About this exercise:
Where does the word "PRIVATE" appear in the data? Copy every line that holds it.
═══ Records for the task
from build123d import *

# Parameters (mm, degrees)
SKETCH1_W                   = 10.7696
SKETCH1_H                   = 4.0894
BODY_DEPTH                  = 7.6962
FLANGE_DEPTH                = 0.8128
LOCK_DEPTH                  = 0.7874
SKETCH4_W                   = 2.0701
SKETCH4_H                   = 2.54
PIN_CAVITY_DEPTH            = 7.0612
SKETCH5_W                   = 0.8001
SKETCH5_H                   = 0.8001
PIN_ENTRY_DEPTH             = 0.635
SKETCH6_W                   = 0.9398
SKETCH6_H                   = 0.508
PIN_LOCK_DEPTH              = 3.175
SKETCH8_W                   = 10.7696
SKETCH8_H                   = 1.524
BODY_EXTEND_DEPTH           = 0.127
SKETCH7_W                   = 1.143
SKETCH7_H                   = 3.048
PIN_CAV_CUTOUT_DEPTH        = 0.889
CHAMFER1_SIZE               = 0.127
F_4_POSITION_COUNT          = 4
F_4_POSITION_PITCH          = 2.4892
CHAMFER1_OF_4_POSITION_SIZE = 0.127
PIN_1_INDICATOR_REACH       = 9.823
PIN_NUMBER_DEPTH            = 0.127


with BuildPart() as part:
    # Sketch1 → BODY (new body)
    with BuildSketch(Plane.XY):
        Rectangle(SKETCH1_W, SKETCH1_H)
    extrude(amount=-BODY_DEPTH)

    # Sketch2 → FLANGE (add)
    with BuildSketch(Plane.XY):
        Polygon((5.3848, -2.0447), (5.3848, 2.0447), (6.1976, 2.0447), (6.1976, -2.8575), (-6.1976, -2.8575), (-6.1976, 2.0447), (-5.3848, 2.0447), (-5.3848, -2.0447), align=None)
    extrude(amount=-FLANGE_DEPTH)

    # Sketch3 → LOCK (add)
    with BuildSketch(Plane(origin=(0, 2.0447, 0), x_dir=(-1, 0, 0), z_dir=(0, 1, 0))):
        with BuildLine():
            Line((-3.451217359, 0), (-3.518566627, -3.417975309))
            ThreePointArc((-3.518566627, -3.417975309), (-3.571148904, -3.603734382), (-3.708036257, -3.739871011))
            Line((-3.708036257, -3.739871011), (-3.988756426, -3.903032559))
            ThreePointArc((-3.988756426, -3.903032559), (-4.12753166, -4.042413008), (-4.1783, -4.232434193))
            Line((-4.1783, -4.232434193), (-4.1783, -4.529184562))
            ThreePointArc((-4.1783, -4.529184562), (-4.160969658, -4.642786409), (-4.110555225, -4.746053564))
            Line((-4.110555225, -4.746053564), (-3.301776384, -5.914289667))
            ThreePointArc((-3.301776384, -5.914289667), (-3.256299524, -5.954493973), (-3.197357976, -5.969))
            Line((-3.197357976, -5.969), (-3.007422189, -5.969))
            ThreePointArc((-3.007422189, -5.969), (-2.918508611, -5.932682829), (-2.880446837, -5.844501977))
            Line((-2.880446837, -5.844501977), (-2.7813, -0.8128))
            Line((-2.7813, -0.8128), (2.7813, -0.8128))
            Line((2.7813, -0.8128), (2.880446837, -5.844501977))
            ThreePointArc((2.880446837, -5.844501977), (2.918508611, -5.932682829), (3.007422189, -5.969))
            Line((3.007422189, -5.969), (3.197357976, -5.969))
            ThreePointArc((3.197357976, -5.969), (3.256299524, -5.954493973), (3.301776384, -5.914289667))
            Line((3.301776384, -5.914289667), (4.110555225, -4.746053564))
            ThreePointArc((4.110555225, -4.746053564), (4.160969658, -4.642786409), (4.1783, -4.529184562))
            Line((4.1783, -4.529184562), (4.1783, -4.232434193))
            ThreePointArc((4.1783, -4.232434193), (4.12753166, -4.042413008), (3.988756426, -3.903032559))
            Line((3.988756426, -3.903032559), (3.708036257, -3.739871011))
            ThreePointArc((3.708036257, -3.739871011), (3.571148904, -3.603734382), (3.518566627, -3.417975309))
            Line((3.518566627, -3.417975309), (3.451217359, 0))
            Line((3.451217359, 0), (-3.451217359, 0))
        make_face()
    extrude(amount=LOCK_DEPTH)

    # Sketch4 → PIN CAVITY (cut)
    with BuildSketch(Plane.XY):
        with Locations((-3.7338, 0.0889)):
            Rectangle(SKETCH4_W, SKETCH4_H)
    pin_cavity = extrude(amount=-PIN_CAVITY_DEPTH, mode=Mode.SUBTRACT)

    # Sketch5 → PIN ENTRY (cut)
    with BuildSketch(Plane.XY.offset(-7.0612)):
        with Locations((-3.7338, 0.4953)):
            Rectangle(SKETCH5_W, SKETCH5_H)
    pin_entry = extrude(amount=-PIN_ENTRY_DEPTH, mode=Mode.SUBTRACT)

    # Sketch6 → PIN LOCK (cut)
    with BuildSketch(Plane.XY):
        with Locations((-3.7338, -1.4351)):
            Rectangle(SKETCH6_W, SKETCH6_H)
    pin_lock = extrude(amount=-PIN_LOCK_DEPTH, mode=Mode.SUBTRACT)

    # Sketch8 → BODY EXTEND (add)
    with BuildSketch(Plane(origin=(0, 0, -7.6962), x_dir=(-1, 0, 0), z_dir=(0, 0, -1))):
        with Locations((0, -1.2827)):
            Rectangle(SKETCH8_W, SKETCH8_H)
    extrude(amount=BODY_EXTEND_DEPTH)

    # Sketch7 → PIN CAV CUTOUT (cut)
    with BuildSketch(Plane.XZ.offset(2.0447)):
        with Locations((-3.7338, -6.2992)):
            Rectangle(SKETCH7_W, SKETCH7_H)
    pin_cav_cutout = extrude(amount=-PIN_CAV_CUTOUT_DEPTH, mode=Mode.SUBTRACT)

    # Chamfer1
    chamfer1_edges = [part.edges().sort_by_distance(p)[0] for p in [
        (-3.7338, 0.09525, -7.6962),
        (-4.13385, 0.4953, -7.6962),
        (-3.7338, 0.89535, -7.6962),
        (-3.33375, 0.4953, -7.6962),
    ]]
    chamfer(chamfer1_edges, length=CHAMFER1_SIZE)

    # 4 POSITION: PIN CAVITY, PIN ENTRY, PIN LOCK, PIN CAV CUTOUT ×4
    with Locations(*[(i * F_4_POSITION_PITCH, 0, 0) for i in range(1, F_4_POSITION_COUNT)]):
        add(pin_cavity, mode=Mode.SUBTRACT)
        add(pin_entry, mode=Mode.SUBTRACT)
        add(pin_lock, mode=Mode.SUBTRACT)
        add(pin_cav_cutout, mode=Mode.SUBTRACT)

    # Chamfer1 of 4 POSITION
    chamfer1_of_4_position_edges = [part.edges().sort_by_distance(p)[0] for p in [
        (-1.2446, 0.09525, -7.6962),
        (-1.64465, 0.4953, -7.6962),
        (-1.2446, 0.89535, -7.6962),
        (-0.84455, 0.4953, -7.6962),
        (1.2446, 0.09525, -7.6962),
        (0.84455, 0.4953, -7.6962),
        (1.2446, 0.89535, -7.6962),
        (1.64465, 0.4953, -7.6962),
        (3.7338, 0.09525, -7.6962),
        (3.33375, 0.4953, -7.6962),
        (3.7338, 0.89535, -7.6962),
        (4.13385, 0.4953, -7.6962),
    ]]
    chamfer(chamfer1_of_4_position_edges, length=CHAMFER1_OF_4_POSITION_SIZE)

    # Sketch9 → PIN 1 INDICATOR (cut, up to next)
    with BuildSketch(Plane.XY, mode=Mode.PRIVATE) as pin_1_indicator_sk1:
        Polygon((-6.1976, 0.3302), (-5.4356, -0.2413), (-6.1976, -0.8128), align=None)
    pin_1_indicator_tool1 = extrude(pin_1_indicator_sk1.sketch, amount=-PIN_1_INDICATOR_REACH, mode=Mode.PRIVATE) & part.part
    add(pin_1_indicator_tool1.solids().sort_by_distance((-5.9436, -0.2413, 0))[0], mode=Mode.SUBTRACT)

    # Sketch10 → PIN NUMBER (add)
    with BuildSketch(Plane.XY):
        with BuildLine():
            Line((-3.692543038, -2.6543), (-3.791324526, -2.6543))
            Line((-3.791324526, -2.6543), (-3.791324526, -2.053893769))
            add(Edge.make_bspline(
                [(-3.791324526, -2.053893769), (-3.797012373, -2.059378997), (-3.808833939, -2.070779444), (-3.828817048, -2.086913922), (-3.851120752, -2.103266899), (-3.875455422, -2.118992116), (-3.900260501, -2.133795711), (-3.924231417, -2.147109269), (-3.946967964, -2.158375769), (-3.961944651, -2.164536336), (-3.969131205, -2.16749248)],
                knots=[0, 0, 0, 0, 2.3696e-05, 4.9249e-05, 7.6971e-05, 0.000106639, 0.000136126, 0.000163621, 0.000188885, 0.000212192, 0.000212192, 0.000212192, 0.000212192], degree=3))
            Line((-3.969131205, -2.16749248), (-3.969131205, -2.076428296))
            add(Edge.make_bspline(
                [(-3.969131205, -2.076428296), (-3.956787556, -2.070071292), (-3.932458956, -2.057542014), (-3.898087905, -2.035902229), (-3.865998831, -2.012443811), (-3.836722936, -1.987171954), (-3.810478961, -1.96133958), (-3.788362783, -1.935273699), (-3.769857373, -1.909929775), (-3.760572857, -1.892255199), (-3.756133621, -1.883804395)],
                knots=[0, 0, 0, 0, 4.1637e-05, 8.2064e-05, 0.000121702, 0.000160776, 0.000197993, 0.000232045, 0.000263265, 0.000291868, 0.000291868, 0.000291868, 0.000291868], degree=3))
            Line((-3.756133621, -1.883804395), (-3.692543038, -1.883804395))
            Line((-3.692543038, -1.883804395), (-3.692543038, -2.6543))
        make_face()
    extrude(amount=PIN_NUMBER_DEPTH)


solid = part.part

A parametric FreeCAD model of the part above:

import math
import FreeCAD as App
import Part
import Sketcher

V = App.Vector
Q = App.Units.Quantity


def edges_at(feature, points):
    """Names of the edges that pass closest to the given points."""
    edges = feature.Shape.Edges
    near = lambda p: min(range(len(edges)), key=lambda i: edges[i].distToShape(Part.Vertex(*p))[0])
    return sorted({f"Edge{near(p) + 1}" for p in points})

doc = App.newDocument("Part")
body = doc.addObject("PartDesign::Body", "Body")

# Sketch on XY plane
sketch1 = doc.addObject("Sketcher::SketchObject", "Sketch")
body.addObject(sketch1)
sketch1.AttachmentSupport = (doc.XY_Plane, [""])
sketch1.MapMode = "FlatFace"
sketch1.addGeometry([
    Part.LineSegment(V(-5.4, 2, 0), V(-5.4, -2, 0)),
    Part.LineSegment(V(-5.4, -2, 0), V(5.4, -2, 0)),
    Part.LineSegment(V(5.4, -2, 0), V(5.4, 2, 0)),
    Part.LineSegment(V(5.4, 2, 0), V(-5.4, 2, 0)),
], False)
sketch1.addConstraint([
    Sketcher.Constraint("Coincident", 0, 2, 1, 1),
    Sketcher.Constraint("Coincident", 1, 2, 2, 1),
    Sketcher.Constraint("Coincident", 2, 2, 3, 1),
    Sketcher.Constraint("Coincident", 3, 2, 0, 1),
    Sketcher.Constraint("Vertical", 0),
    Sketcher.Constraint("Horizontal", 1),
    Sketcher.Constraint("Vertical", 2),
    Sketcher.Constraint("Horizontal", 3),
    Sketcher.Constraint("Symmetric", 0, 2, 2, 2, -1, 1),
    Sketcher.Constraint("DistanceX", 1, 1, 1, 2, Q("0.424 in")),
    Sketcher.Constraint("DistanceY", 0, 2, 0, 1, Q("0.161 in")),
])
pad1 = doc.addObject("PartDesign::Pad", "Pad")
body.addObject(pad1)
pad1.Profile = sketch1
pad1.Length = Q("0.303 in")
pad1.Reversed = True

# Sketch on XY plane
sketch2 = doc.addObject("Sketcher::SketchObject", "Sketch001")
body.addObject(sketch2)
sketch2.AttachmentSupport = (doc.XY_Plane, [""])
sketch2.MapMode = "FlatFace"
sketch2.addGeometry([
    Part.LineSegment(V(5.4, 2, 0), V(5.4, -2, 0)),  # 0
    Part.LineSegment(V(5.4, -2, 0), V(-5.4, -2, 0)),  # 1
    Part.LineSegment(V(-5.4, -2, 0), V(-5.4, 2, 0)),  # 2
    Part.LineSegment(V(-5.4, 2, 0), V(-6.2, 2, 0)),  # 3
    Part.LineSegment(V(-6.2, 2, 0), V(-6.2, -2.9, 0)),  # 4
    Part.LineSegment(V(-6.2, -2.9, 0), V(6.2, -2.9, 0)),  # 5
    Part.LineSegment(V(6.2, -2.9, 0), V(6.2, 2, 0)),  # 6
    Part.LineSegment(V(6.2, 2, 0), V(5.4, 2, 0)),  # 7
], False)
sketch2.addConstraint([
    Sketcher.Constraint("Coincident", 0, 2, 1, 1),
    Sketcher.Constraint("Coincident", 1, 2, 2, 1),
    Sketcher.Constraint("Coincident", 2, 2, 3, 1),
    Sketcher.Constraint("Coincident", 3, 2, 4, 1),
    Sketcher.Constraint("Coincident", 4, 2, 5, 1),
    Sketcher.Constraint("Coincident", 5, 2, 6, 1),
    Sketcher.Constraint("Coincident", 6, 2, 7, 1),
    Sketcher.Constraint("Coincident", 7, 2, 0, 1),
    Sketcher.Constraint("Vertical", 0),
    Sketcher.Constraint("Horizontal", 1),
    Sketcher.Constraint("Vertical", 2),
    Sketcher.Constraint("Horizontal", 3),
    Sketcher.Constraint("Vertical", 4),
    Sketcher.Constraint("Horizontal", 5),
    Sketcher.Constraint("Vertical", 6),
    Sketcher.Constraint("Horizontal", 7),
    Sketcher.Constraint("Symmetric", 0, 2, 2, 2, -1, 1),
    Sketcher.Constraint("Symmetric", 3, 2, 6, 2, -2),
    Sketcher.Constraint("DistanceX", 1, 2, 1, 1, Q("0.424 in")),
    Sketcher.Constraint("DistanceX", 3, 2, 3, 1, Q("0.032 in")),
    Sketcher.Constraint("DistanceY", 0, 2, 0, 1, Q("0.161 in")),
    Sketcher.Constraint("DistanceY", 4, 2, 4, 1, Q("0.193 in")),
])
pad2 = doc.addObject("PartDesign::Pad", "Pad001")
body.addObject(pad2)
pad2.Profile = sketch2
pad2.Length = Q("0.032 in")
pad2.Reversed = True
══════
Solution to this task:
    with BuildSketch(Plane.XY, mode=Mode.PRIVATE) as pin_1_indicator_sk1:
    pin_1_indicator_tool1 = extrude(pin_1_indicator_sk1.sketch, amount=-PIN_1_INDICATOR_REACH, mode=Mode.PRIVATE) & part.part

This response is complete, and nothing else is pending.